1

I m trying to check my data normal_data for normal distribution in R.

I always used shapiro.test or ks.test, but now I have more than 5000 values to check. Is there any other function or possibility to check the data?

kjetil b halvorsen
  • 63,378
  • 26
  • 142
  • 467
  • 2
    Why are you doing this? Why do you need to check this? – Roland Oct 29 '21 at 17:47
  • ... and why is 5000 a critical value? – Limey Oct 29 '21 at 18:00
  • 4
    @Limey Most software does not bother to compute the sampling distribution (or its critical values) for distributional tests of large sample sizes, because (a) it can be a lot of work and (b) is pointless. – whuber Oct 29 '21 at 18:06
  • 3
    @Tar it is incorrect to conclude that "$n\gt 30$" is "large enough." It is also incorrect to conclude one can therefore "ignore the distribution and use parametric tests." The CLT does not assert what you claim it does. Exactly whether and how to check one's data depends on what kinds of tests one plans on making. – whuber Oct 29 '21 at 18:20
  • One visual way is with a [QQ plot](http://www.sthda.com/english/wiki/qq-plots-quantile-quantile-plots-r-base-graphs) – DanY Oct 29 '21 at 18:59
  • 1) [It looks like there might have been a common misinterpretation of the central limit theorem posted (and then deleted).](https://stats.stackexchange.com/questions/473455/debunking-wrong-clt-statement) // 2) [Normality testing is less helpful than one might hope.](https://stats.stackexchange.com/questions/2492/is-normality-testing-essentially-useless) – Dave Oct 29 '21 at 19:02
  • 3
    @Dave The possible misunderstanding, now deleted, was subtler than that.
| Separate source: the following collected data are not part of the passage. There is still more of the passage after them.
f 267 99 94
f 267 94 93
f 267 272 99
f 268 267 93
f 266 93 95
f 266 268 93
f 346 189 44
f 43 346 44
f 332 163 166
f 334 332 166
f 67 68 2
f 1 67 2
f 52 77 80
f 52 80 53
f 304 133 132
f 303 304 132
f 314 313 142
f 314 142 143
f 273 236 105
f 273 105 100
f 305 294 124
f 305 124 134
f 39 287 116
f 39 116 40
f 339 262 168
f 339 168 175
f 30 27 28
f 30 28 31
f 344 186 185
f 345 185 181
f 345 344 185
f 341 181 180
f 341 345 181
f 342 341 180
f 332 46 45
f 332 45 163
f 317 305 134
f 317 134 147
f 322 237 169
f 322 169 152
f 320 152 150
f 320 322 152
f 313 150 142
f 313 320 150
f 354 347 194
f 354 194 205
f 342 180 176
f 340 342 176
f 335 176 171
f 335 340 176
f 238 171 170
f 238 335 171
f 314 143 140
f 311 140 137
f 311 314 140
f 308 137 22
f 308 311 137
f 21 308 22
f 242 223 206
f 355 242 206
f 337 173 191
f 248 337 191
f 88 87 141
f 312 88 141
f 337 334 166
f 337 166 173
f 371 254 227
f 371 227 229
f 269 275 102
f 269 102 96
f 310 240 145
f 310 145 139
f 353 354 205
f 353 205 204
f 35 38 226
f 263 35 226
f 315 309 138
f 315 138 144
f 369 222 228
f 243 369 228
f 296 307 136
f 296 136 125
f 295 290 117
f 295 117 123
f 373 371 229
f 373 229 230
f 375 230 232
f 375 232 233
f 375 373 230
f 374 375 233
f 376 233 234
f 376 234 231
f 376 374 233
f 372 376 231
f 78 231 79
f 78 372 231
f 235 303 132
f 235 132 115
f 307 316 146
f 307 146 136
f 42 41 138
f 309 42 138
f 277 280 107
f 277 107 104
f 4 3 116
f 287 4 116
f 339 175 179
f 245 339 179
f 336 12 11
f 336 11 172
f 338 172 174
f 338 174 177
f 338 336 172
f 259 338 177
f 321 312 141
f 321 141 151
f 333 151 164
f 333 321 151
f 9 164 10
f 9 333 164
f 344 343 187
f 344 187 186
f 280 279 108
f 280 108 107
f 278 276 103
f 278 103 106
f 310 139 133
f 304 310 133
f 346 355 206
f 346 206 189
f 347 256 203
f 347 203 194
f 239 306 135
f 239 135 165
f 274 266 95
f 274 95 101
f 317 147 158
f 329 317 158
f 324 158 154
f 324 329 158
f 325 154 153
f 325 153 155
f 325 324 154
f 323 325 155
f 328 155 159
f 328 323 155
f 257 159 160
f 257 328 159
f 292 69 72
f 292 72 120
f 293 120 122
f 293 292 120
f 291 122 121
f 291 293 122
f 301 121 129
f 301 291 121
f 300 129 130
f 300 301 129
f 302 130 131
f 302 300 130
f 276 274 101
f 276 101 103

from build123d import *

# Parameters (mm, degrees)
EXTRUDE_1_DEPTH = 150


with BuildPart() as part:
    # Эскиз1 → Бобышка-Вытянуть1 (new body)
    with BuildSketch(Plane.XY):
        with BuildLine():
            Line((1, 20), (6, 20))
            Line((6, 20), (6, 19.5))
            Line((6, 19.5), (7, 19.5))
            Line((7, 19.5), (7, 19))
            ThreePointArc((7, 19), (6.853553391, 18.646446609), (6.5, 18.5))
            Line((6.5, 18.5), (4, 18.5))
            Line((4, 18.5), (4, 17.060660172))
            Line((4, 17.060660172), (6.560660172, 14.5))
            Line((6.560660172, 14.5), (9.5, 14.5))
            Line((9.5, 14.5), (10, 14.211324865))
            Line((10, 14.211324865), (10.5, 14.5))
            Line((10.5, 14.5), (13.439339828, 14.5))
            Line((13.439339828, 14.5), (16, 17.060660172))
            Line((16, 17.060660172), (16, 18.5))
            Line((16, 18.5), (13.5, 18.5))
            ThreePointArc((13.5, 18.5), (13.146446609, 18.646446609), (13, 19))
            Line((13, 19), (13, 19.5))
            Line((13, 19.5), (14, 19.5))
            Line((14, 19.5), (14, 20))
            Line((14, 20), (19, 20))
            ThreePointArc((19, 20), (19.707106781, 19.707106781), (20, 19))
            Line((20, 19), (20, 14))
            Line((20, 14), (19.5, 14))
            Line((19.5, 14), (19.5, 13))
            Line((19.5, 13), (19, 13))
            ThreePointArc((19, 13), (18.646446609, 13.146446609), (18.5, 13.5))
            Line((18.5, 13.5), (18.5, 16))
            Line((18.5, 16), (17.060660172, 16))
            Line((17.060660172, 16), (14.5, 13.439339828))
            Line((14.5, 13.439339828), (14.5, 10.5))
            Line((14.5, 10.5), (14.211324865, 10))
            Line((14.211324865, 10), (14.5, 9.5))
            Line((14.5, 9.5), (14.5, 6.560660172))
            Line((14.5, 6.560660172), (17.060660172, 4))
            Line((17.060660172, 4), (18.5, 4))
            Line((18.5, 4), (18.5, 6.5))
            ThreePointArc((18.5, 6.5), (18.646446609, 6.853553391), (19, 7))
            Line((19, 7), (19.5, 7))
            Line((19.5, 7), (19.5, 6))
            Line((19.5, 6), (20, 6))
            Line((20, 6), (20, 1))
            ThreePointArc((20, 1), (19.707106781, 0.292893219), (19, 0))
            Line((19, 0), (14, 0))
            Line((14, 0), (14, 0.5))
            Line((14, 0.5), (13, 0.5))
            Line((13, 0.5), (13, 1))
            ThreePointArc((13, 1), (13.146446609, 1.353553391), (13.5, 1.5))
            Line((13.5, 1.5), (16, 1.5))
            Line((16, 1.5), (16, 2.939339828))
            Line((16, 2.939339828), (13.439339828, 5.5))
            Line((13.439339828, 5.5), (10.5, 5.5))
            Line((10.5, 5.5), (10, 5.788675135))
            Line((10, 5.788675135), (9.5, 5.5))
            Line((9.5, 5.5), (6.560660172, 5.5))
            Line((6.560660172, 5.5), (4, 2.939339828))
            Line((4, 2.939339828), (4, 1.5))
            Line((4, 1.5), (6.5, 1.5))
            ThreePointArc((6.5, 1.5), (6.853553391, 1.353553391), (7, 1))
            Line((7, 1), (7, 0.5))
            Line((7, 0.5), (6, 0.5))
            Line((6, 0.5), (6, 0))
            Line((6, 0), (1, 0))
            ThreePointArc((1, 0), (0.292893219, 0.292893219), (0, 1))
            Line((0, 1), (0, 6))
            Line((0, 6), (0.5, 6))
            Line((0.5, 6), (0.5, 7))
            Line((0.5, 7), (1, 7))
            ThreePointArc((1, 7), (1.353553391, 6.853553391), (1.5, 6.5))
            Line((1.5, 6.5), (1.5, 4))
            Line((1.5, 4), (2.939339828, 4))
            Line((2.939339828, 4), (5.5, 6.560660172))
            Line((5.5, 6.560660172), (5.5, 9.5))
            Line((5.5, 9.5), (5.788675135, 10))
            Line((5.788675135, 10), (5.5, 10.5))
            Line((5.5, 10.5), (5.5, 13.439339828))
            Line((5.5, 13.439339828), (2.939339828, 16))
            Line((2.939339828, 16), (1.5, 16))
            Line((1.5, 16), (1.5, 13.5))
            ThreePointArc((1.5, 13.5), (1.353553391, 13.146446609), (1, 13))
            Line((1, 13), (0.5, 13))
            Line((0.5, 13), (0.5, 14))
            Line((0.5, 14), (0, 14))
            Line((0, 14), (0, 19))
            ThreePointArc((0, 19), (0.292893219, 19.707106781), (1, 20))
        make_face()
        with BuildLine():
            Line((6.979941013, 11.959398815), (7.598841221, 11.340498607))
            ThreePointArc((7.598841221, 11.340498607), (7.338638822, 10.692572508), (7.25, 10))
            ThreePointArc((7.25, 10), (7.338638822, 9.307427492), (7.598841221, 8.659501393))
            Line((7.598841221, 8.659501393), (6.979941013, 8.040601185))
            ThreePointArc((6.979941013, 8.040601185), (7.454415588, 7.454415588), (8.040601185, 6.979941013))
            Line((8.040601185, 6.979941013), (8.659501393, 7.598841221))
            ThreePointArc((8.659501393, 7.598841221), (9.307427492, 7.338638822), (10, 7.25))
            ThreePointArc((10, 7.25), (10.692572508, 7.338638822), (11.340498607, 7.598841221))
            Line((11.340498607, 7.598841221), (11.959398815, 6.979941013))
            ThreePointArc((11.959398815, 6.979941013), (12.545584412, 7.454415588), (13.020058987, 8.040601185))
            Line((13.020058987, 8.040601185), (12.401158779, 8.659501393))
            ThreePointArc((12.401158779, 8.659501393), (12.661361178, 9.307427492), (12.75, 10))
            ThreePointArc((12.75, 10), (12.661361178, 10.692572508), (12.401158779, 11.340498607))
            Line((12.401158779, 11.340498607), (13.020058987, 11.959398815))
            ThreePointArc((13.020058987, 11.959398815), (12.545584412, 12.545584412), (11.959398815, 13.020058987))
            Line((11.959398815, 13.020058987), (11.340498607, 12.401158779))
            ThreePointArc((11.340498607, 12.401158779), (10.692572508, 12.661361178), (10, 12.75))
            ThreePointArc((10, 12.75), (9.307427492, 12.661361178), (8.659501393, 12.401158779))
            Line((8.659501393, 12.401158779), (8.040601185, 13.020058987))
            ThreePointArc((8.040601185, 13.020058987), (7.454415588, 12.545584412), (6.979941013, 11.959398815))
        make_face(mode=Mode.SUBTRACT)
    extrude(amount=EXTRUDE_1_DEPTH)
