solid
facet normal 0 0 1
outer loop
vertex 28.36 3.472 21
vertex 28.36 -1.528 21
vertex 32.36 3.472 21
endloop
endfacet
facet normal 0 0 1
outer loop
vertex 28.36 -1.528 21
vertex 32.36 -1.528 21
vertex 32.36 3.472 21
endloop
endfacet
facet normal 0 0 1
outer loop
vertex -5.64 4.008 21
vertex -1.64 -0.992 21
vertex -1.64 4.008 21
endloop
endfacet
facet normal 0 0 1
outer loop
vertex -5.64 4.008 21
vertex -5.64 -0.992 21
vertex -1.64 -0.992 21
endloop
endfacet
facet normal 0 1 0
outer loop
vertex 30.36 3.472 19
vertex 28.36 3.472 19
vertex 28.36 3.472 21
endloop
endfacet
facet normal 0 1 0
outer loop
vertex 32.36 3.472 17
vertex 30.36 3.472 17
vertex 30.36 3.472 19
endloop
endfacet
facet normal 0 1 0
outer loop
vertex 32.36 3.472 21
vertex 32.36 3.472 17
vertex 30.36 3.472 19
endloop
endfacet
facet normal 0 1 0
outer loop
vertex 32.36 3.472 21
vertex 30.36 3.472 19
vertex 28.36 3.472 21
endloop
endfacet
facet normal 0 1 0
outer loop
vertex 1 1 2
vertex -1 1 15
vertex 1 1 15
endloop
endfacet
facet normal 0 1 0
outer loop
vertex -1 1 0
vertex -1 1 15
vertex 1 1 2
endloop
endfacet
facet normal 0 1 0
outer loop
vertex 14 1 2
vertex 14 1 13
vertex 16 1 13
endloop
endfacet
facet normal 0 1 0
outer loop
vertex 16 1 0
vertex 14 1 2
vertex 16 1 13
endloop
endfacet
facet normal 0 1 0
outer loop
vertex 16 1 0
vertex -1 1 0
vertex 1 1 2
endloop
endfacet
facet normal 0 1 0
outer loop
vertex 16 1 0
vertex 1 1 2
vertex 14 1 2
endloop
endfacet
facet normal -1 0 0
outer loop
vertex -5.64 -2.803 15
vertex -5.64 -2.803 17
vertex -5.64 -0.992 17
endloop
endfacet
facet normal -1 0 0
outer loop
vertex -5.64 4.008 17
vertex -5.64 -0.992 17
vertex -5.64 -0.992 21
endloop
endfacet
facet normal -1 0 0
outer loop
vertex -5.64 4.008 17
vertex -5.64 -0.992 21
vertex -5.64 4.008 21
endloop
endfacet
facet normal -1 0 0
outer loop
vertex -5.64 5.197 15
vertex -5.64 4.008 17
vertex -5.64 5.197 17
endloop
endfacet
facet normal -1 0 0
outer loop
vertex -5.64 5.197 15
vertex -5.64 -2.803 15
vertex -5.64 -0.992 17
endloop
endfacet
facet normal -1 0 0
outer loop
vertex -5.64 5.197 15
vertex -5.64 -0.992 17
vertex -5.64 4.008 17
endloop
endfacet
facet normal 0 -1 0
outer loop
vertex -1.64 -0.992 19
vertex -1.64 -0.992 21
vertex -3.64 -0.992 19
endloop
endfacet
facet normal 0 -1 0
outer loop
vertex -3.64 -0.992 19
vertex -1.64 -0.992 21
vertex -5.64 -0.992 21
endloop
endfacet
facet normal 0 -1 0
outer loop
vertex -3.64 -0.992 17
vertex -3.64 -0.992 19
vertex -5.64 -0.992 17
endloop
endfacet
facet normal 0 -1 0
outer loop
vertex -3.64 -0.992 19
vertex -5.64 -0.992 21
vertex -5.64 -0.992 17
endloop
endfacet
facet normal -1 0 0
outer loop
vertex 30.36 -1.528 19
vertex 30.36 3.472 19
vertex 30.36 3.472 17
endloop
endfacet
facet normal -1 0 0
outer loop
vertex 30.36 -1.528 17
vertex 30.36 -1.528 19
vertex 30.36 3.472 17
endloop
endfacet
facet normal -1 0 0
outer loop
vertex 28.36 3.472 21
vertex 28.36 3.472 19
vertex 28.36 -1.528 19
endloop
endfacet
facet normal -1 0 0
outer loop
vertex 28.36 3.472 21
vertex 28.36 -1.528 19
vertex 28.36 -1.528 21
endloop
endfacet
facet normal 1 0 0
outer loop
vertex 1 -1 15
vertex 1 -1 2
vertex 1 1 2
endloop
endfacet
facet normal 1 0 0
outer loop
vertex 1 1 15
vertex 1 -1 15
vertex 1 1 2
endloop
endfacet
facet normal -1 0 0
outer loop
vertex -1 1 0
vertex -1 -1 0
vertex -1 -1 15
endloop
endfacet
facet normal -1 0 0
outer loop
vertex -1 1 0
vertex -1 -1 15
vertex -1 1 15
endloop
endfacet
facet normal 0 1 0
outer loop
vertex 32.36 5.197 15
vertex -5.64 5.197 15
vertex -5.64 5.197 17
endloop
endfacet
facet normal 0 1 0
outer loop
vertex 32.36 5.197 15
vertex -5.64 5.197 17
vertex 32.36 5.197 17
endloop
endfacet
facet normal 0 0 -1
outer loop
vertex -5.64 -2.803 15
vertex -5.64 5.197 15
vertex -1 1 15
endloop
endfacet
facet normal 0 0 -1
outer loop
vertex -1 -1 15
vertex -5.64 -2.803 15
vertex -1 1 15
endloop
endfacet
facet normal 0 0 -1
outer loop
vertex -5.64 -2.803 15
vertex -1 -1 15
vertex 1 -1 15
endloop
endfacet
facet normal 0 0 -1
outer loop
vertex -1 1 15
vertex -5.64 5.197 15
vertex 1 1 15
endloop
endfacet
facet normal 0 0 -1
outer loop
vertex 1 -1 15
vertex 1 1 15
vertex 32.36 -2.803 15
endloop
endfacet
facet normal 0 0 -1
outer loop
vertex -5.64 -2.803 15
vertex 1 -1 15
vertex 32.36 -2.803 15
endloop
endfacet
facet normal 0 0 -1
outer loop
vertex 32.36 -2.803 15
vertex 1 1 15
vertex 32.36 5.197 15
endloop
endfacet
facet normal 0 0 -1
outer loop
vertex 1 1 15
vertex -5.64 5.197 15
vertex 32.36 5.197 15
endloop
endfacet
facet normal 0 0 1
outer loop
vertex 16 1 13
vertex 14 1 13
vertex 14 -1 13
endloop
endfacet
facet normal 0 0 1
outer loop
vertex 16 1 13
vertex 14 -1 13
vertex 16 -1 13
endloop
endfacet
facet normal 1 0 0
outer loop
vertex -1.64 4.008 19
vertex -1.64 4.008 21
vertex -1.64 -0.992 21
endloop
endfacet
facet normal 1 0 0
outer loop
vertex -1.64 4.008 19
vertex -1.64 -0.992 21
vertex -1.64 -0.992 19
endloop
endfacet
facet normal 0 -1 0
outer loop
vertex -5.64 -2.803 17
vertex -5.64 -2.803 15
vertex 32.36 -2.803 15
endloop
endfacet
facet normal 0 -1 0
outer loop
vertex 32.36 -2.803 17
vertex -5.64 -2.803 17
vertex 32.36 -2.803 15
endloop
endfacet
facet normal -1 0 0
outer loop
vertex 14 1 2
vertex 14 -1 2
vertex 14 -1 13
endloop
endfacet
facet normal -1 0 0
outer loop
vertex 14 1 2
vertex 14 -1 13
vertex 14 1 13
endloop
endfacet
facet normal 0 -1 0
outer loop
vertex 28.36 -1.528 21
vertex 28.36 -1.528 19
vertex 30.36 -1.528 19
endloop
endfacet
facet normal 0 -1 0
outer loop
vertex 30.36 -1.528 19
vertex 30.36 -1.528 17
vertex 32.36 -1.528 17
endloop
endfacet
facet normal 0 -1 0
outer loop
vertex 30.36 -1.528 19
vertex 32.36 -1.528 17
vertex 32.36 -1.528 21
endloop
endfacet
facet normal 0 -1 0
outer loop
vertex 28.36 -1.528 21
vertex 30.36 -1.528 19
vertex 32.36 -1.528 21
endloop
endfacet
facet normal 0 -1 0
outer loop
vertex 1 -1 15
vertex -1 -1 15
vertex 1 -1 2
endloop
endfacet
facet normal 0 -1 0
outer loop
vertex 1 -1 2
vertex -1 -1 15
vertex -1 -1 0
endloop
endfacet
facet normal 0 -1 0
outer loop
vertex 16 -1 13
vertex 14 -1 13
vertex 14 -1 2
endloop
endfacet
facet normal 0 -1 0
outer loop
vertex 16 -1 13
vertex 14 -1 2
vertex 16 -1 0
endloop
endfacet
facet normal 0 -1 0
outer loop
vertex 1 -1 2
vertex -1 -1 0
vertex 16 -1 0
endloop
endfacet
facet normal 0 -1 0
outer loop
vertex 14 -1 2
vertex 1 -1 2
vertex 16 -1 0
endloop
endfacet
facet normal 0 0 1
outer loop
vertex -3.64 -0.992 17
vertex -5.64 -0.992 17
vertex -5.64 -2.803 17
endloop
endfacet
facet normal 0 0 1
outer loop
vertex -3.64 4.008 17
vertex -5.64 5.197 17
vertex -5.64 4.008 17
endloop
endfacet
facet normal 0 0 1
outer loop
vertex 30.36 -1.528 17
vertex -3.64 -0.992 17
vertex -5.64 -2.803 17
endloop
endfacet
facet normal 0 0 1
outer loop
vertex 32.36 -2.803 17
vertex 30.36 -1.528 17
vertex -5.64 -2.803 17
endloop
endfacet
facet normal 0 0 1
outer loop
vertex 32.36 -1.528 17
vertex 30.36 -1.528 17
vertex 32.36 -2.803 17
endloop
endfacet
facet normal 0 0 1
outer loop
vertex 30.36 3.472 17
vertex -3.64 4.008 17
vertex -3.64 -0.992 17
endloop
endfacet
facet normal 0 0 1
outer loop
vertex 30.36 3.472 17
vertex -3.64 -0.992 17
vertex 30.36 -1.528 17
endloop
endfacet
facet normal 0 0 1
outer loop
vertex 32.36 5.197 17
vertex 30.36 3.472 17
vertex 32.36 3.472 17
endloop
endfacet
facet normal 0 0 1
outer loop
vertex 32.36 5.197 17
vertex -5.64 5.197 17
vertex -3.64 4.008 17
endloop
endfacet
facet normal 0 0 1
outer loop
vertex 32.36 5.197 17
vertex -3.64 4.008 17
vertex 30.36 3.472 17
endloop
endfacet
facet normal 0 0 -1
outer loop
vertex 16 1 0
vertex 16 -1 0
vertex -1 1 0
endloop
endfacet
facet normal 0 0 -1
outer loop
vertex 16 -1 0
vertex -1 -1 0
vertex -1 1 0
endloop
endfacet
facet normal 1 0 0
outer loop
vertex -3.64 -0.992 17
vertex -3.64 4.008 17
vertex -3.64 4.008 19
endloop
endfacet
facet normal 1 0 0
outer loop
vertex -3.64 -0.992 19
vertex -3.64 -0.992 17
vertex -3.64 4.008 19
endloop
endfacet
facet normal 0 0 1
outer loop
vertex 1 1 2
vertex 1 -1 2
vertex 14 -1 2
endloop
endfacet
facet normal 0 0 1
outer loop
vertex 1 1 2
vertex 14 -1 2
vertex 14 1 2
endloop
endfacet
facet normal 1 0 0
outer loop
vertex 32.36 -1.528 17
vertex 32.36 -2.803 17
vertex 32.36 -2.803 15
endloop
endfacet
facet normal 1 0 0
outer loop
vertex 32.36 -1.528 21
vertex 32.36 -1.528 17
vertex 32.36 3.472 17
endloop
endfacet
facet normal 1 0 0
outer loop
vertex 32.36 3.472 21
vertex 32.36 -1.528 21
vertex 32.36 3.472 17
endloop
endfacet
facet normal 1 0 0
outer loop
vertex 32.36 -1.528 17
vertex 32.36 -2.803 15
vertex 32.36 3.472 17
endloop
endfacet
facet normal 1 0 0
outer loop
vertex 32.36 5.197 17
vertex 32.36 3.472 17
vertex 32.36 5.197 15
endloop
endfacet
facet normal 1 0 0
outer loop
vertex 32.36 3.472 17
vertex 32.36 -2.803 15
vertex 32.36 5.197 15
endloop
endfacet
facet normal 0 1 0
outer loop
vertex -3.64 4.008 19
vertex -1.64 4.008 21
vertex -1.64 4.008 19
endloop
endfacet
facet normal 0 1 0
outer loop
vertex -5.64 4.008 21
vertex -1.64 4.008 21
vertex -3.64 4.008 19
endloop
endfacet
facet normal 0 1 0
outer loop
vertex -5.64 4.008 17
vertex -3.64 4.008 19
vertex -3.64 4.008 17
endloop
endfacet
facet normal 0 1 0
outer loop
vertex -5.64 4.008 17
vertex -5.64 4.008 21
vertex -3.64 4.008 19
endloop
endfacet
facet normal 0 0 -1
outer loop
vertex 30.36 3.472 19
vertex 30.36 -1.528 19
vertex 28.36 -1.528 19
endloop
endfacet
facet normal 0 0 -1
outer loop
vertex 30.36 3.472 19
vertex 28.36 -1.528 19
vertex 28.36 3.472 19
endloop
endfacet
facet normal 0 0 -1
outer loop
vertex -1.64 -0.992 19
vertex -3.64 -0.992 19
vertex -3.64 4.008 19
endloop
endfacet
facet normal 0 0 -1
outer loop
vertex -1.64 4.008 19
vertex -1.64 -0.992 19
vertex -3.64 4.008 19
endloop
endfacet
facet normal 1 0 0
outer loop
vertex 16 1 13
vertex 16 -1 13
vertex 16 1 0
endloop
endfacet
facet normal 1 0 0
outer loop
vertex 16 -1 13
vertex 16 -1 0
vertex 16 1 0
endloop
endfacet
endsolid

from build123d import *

# Parameters (mm, degrees)
SKETCH1_W           = 2
SKETCH1_H           = 2
BOSS_EXTRUDE1_DEPTH = 15
SKETCH4_W           = 2
SKETCH4_H           = 2
BOSS_EXTRUDE3_DEPTH = 15
SKETCH5_W           = 2
SKETCH5_H           = 2
BOSS_EXTRUDE4_DEPTH = 11
SKETCH6_W           = 38
SKETCH6_H           = 8
BOSS_EXTRUDE5_DEPTH = 2
SKETCH8_W           = 4
SKETCH8_H           = 5
BOSS_EXTRUDE6_DEPTH = 2
SKETCH9_W           = 4
SKETCH9_H           = 5
BOSS_EXTRUDE7_DEPTH = 2
SKETCH10_W          = 2
SKETCH10_H          = 5
BOSS_EXTRUDE8_DEPTH = 2
SKETCH11_W          = 2
SKETCH11_H          = 5
BOSS_EXTRUDE9_DEPTH = 2


with BuildPart() as part:
    # Sketch1 → Boss-Extrude1 (new body)
    with BuildSketch(Plane.XY):
        Rectangle(SKETCH1_W, SKETCH1_H)
    extrude(amount=BOSS_EXTRUDE1_DEPTH)

    # Sketch4 → Boss-Extrude3 (add)
    with BuildSketch(Plane(origin=(1, 0, 0), x_dir=(0, 0, -1), z_dir=(1, 0, 0))):
        with Locations((-1, 0)):
            Rectangle(SKETCH4_W, SKETCH4_H)
    extrude(amount=BOSS_EXTRUDE3_DEPTH)

    # Sketch5 → Boss-Extrude4 (add)
    with BuildSketch(Plane.XY.offset(2)):
        with Locations((15, 0)):
            Rectangle(SKETCH5_W, SKETCH5_H)
    extrude(amount=BOSS_EXTRUDE4_DEPTH)

    # Sketch6 → Boss-Extrude5 (add)
    with BuildSketch(Plane.XY.offset(15)):
        with Locations((13.360084104, 1.19652769)):
            Rectangle(SKETCH6_W, SKETCH6_H)
    extrude(amount=BOSS_EXTRUDE5_DEPTH)

    # Sketch8 → Boss-Extrude6 (add)
    with BuildSketch(Plane(origin=(32.360084104, 0, 0), x_dir=(0, 0, -1), z_dir=(1, 0, 0))):
        with Locations((-19, 0.971825631)):
            Rectangle(SKETCH8_W, SKETCH8_H)
    extrude(amount=-BOSS_EXTRUDE6_DEPTH)

    # Sketch9 → Boss-Extrude7 (add)
    with BuildSketch(Plane.ZY.offset(5.639915896)):
        with Locations((19, 1.508383794)):
            Rectangle(SKETCH9_W, SKETCH9_H)
    extrude(amount=-BOSS_EXTRUDE7_DEPTH)

    # Sketch10 → Boss-Extrude8 (add)
    with BuildSketch(Plane(origin=(-3.639915896, 0, 0), x_dir=(0, 0, -1), z_dir=(1, 0, 0))):
        with Locations((-20, 1.508383794)):
            Rectangle(SKETCH10_W, SKETCH10_H)
    extrude(amount=BOSS_EXTRUDE8_DEPTH)

    # Sketch11 → Boss-Extrude9 (add)
    with BuildSketch(Plane.ZY.offset(-30.360084104)):
        with Locations((20, 0.971825631)):
            Rectangle(SKETCH11_W, SKETCH11_H)
    extrude(amount=BOSS_EXTRUDE9_DEPTH)


solid = part.part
It read "According to the central limit theorem, no matter what kind of distribution we have, the sampling distribution tends to be normal if the sample is large enough (n $\gt$ 30)." Missing from this was any sense of *what statistic* is involved. For instance, the sampling distribution of the maximum is not going to be Normal (and rarely even close to it). – whuber Oct 29 '21 at 19:27
  • If you really must test a sample `x` of size greater than 5000 for normality, then you can use `shapiro.test(sample(x, 5000)`, In practice, huge samples often have 'harmless' quirks that lead to non-informative rejection. Example: `pv = replicate(10^4, shapiro.test(rt(5000, 70))$p.val); mean(pv <= .05)` returns $ 0.146 >0.05.$ How often is the distinction between $\mathsf{T}(70)$ and standard normal of practical importance? – BruceET Oct 29 '21 at 21:52

2 Answers2

4

For the question in the title, see How to perform a test using R to see if data follows normal distribution which gives many possibilities. As for why the limitations of the Shapiro-Wilk test, see Can a sample larger than 5,000 data points be tested for normality using shapiro.test by applying the test to a subsample?

Then, (as mentioned by many in comments), why do you do this? See Testing large dataset for normality - how and is it reliable? and Is normality testing 'essentially useless'?

kjetil b halvorsen
  • 63,378
  • 26
  • 142
  • 467
1

For example, you could use Jarque Bera test, see there. But, in almost all cases you should reject the null hypothesis despite that you see bell-shaped distribution of your data. The reason is that usual tests are quite sensitive to the big samples. Solution of this problem is using qq plot and histograms with choosing certain bins. Also, read this useful discussion.